Leopold would be a good name for him, based on his hairstyle alone. He leans face-first against a tree. The tree sheds no leaves. When I ask him why he chose this position, he brings a piece of paper up to the bark and rubs a piece of coal on it until words appeared. The bark of the tree contains stories. Papers fly up like leaves. They collect all around. Each paper is a new story. The roots are deep and rotate at a frequency which causes housewives to conceal fresh bake goods. But the husbands are able to ignore it. The roots are the essence of the forest, drilling for its precious resource. Thoughts had been mined for years. Women dressed in black with matching baby carriages run by, collecting the papers. Men in white shirts squat leisurely, reading page after page, until their wrists begin to ring and they realise they have no watches.

Lumberjacks trim the trees into mental blocks. These are given to government authorities for display; they especially came in handy during election promises. Writer’s block causes young men to bash their heads against the trees, until nervous housewives finally give in and offer bake goods to all concerned. Their husbands don’t seem to care. Husbands are perpetually full of rotating granite eggs and the breath of a curious dog. They are fun to look at, from a distance. Up close, you can see their stomachs turning. They know nothing of the forest. Pregnant with boredom, and suffering from a lack of individuality, they sit atop wooden crates and reminisce about run-away trains and flying gravel. Buoyed down, anchored up, they await a strong wind to tear them from the harbour. Peering out from the forest, one can only hope to never join their ranks.

Legs are unusual in that they bring things back. The bearded men have returned, singing and snacking on sausages. They lay down on the ground and begin to row. Before long, we are out at sea. I ride on their backs. How do they do it? Sometimes, I ride on their stomachs, so they can take time to breath. These three bearded men make for a good boat. The adventure is high when there are beards to pull. Pull a beard and ring the bell. Announce your presence to passing boats. An young girl floats by on a Pope. There’s been a shipwreck, so she leaped onto the life-Pope. She is low on food and wishes my company. I invite her aboard and sink the Pope. She enjoys the gentle ride of the three bearded men. The Pope was stiff and dull. Waves crash over her, soaking her fine dress, making her more naked than myself.
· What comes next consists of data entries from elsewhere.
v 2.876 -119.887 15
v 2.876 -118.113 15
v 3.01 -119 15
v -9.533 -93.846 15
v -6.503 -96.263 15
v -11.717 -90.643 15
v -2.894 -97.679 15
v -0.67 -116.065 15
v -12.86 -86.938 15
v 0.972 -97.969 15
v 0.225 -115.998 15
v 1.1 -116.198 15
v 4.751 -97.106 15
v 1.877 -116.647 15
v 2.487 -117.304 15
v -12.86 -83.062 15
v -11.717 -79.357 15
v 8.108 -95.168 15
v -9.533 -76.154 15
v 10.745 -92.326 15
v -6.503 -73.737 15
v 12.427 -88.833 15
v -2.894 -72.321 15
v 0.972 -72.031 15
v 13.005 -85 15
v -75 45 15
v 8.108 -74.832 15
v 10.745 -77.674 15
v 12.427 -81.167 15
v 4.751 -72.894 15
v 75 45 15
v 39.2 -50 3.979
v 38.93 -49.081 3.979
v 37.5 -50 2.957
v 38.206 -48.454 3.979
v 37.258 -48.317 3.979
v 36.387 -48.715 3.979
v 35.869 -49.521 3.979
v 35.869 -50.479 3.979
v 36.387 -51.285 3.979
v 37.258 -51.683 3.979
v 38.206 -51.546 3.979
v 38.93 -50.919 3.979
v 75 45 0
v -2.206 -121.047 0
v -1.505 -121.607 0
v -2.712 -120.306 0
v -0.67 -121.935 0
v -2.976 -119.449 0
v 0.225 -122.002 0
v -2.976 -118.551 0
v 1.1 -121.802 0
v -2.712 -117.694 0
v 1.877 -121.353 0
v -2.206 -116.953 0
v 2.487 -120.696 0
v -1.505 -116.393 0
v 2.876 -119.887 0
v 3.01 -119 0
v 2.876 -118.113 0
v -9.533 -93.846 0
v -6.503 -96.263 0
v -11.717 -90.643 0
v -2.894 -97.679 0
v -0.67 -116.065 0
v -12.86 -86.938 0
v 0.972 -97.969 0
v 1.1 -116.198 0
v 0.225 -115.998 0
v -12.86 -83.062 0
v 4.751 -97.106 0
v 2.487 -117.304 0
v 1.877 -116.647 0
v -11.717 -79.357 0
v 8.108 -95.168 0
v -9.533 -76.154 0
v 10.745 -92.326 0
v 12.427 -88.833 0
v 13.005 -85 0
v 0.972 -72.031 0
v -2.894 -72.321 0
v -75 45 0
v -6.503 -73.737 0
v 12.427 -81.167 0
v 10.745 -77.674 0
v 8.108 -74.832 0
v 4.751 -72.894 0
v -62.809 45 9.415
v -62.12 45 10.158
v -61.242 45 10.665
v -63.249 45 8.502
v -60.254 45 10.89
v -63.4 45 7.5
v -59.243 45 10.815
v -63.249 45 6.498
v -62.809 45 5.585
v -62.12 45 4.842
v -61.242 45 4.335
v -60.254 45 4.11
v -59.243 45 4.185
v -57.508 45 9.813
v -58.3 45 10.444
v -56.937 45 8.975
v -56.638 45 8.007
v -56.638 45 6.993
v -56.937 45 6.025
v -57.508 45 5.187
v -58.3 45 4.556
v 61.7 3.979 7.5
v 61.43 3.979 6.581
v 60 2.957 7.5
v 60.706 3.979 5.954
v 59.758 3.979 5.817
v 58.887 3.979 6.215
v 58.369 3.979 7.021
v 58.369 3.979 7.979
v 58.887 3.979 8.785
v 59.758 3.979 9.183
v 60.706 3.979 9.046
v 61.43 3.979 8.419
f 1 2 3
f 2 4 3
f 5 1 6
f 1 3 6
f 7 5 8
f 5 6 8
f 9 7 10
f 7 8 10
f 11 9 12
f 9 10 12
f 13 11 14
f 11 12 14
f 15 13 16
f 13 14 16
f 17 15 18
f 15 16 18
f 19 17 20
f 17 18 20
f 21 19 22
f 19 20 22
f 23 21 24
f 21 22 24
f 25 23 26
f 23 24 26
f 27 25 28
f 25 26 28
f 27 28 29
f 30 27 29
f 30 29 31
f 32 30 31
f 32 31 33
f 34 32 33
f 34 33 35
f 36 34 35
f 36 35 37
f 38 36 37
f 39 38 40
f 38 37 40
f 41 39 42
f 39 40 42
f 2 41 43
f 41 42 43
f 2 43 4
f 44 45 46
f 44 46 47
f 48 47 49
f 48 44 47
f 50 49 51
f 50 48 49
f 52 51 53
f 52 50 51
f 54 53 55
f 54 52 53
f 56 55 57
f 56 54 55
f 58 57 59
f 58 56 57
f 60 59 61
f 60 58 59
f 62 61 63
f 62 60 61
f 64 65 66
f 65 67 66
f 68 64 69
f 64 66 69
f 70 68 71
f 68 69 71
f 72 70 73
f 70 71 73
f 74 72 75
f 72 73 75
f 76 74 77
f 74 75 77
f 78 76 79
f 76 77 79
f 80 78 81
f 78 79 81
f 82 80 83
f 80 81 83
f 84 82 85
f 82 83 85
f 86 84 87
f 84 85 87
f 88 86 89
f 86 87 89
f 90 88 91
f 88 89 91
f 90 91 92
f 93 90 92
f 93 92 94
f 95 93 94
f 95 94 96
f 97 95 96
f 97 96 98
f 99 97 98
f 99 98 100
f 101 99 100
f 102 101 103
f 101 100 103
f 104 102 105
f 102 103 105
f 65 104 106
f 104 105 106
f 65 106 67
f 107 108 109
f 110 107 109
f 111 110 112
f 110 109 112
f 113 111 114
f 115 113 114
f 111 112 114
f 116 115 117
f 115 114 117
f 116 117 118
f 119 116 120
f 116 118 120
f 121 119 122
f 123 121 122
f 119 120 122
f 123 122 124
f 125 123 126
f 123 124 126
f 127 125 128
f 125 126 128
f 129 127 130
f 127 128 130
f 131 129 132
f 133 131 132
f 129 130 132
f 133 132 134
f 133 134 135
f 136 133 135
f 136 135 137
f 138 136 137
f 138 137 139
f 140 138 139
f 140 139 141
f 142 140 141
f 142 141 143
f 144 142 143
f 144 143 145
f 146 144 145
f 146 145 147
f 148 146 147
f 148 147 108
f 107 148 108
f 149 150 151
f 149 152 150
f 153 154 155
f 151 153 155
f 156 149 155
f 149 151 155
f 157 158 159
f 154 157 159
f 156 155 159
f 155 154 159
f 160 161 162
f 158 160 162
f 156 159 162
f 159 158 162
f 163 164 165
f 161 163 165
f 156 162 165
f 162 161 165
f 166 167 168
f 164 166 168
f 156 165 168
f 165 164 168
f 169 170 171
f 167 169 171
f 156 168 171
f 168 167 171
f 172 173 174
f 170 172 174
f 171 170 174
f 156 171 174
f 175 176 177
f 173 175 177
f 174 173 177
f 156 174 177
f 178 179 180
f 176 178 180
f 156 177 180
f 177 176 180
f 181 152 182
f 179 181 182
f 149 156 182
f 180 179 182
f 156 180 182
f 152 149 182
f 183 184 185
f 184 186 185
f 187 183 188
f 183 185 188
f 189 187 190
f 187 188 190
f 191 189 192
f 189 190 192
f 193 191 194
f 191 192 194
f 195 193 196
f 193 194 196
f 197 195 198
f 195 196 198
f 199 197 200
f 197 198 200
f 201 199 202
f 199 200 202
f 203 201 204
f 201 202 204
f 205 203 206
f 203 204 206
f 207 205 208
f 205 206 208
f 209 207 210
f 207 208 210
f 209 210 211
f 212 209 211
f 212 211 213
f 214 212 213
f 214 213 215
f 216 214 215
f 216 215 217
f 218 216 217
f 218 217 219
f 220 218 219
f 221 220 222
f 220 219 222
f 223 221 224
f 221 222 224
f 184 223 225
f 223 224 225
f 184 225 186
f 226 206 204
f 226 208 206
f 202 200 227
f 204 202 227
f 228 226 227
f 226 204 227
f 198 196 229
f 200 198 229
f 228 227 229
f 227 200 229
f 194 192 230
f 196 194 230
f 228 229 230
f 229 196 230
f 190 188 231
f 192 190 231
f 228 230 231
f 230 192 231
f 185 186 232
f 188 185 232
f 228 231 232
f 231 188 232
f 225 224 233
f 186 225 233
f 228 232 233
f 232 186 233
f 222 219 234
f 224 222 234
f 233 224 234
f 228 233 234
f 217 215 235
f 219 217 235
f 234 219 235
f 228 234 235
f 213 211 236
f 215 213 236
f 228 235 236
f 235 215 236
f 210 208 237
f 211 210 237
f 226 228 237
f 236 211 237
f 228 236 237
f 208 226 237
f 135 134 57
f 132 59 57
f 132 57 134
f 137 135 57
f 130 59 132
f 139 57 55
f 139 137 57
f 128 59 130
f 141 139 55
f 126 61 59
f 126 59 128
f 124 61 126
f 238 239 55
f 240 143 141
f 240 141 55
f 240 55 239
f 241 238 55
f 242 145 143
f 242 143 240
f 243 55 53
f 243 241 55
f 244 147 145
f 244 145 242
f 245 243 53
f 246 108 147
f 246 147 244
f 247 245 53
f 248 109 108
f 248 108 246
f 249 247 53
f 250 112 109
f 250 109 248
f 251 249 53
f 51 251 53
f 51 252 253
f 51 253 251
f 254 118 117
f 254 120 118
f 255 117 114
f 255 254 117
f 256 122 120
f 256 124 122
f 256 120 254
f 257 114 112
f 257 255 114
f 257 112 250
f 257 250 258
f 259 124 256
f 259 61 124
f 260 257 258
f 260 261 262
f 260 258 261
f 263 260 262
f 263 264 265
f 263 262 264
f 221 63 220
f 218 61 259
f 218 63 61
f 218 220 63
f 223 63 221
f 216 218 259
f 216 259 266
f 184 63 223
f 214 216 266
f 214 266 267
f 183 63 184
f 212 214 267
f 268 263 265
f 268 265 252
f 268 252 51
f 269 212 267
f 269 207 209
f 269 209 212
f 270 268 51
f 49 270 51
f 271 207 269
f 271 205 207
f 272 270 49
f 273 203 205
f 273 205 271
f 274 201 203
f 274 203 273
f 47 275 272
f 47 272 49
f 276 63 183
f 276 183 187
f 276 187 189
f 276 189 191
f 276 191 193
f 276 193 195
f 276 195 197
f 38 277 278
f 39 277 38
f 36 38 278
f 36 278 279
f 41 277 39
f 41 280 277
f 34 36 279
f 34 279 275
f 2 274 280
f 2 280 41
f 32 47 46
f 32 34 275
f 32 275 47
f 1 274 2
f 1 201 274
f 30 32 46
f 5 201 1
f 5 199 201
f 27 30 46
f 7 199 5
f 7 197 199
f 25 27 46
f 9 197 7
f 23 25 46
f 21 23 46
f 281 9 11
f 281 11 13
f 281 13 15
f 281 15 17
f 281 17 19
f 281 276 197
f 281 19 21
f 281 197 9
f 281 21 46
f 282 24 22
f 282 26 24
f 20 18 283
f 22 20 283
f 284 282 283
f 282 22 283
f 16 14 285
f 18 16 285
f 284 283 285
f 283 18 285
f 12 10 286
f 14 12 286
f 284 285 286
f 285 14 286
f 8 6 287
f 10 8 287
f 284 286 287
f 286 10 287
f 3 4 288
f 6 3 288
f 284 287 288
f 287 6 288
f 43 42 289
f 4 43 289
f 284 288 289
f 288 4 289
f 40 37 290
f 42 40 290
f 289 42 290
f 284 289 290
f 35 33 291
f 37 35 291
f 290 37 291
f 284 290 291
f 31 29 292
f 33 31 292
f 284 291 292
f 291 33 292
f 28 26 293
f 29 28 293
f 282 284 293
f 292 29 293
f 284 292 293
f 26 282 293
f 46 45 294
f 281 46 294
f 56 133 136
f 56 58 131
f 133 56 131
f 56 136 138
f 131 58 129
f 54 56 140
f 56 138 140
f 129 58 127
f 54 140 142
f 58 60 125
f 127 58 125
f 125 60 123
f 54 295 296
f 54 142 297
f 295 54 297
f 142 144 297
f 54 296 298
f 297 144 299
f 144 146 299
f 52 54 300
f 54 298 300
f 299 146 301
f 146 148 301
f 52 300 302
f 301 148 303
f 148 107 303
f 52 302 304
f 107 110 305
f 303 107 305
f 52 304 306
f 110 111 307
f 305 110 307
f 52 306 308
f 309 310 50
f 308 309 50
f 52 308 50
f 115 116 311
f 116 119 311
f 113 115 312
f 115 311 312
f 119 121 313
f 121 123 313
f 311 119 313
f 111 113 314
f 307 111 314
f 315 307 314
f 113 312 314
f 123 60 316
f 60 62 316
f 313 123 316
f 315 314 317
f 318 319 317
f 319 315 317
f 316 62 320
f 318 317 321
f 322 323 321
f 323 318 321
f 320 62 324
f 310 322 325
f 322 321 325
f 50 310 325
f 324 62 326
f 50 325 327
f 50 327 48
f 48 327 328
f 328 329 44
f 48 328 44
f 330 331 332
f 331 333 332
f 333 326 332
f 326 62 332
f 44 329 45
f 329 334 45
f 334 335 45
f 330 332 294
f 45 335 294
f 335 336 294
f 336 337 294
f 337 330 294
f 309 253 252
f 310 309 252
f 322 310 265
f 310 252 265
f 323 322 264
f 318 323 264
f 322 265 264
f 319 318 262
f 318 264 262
Love strikes quickly, and usually below the belt. Exercising a lack of respect for the three men we’re floating on, we initiate a long series of compromising positions. The salt air and crashing waves make petals leap into the beaks of awaiting ravens. She is beautiful; all skin and dark eyes, complete with legs and arms. She entraps me, holding me until most of the petals have been snapped up by excited birds. The three bearded men, jealous and insulted, suddenly split up, each swimming away in separate directions. Nothing ever comes to fruition. The ravens travel to other flowers, easier to pluck. We are left in a light embrace, bobbing in the waves; but I can’t shake loose. I realise that she intends to drag me under. She has changed. Her head swelled up. She looks like a still-born goat. I can hardly stand to look at her. I allow myself to sink with her, playing dead, until she relaxes her grip and I escape to the surface.

My head bobs atop the waves. Bees gather in my ears to pollinate. New ideas arise. Thoughts, once just seeds, mature rapidly, assisted by the fresh sea air and the grateful activities of worker bees. Soon my brain is buzzing with activity. The finest honey oozes through my nostrils and ears. But not through my mouth. It isn’t for me to taste; it’s for others to enjoy. The honey does not collect on my wool sweater. The sweater appeared only now. It is waterproof. Fish envy it. So do the other young men who bob along beside me. Who are they? Where did they come from? Some are beekeepers. Some are seamen. Some just like honey. Another man’s honey often tastes better, proving beyond the shadow of a doubt that hard work, perseverance, and deep thoughts create the best spread for fresh toast.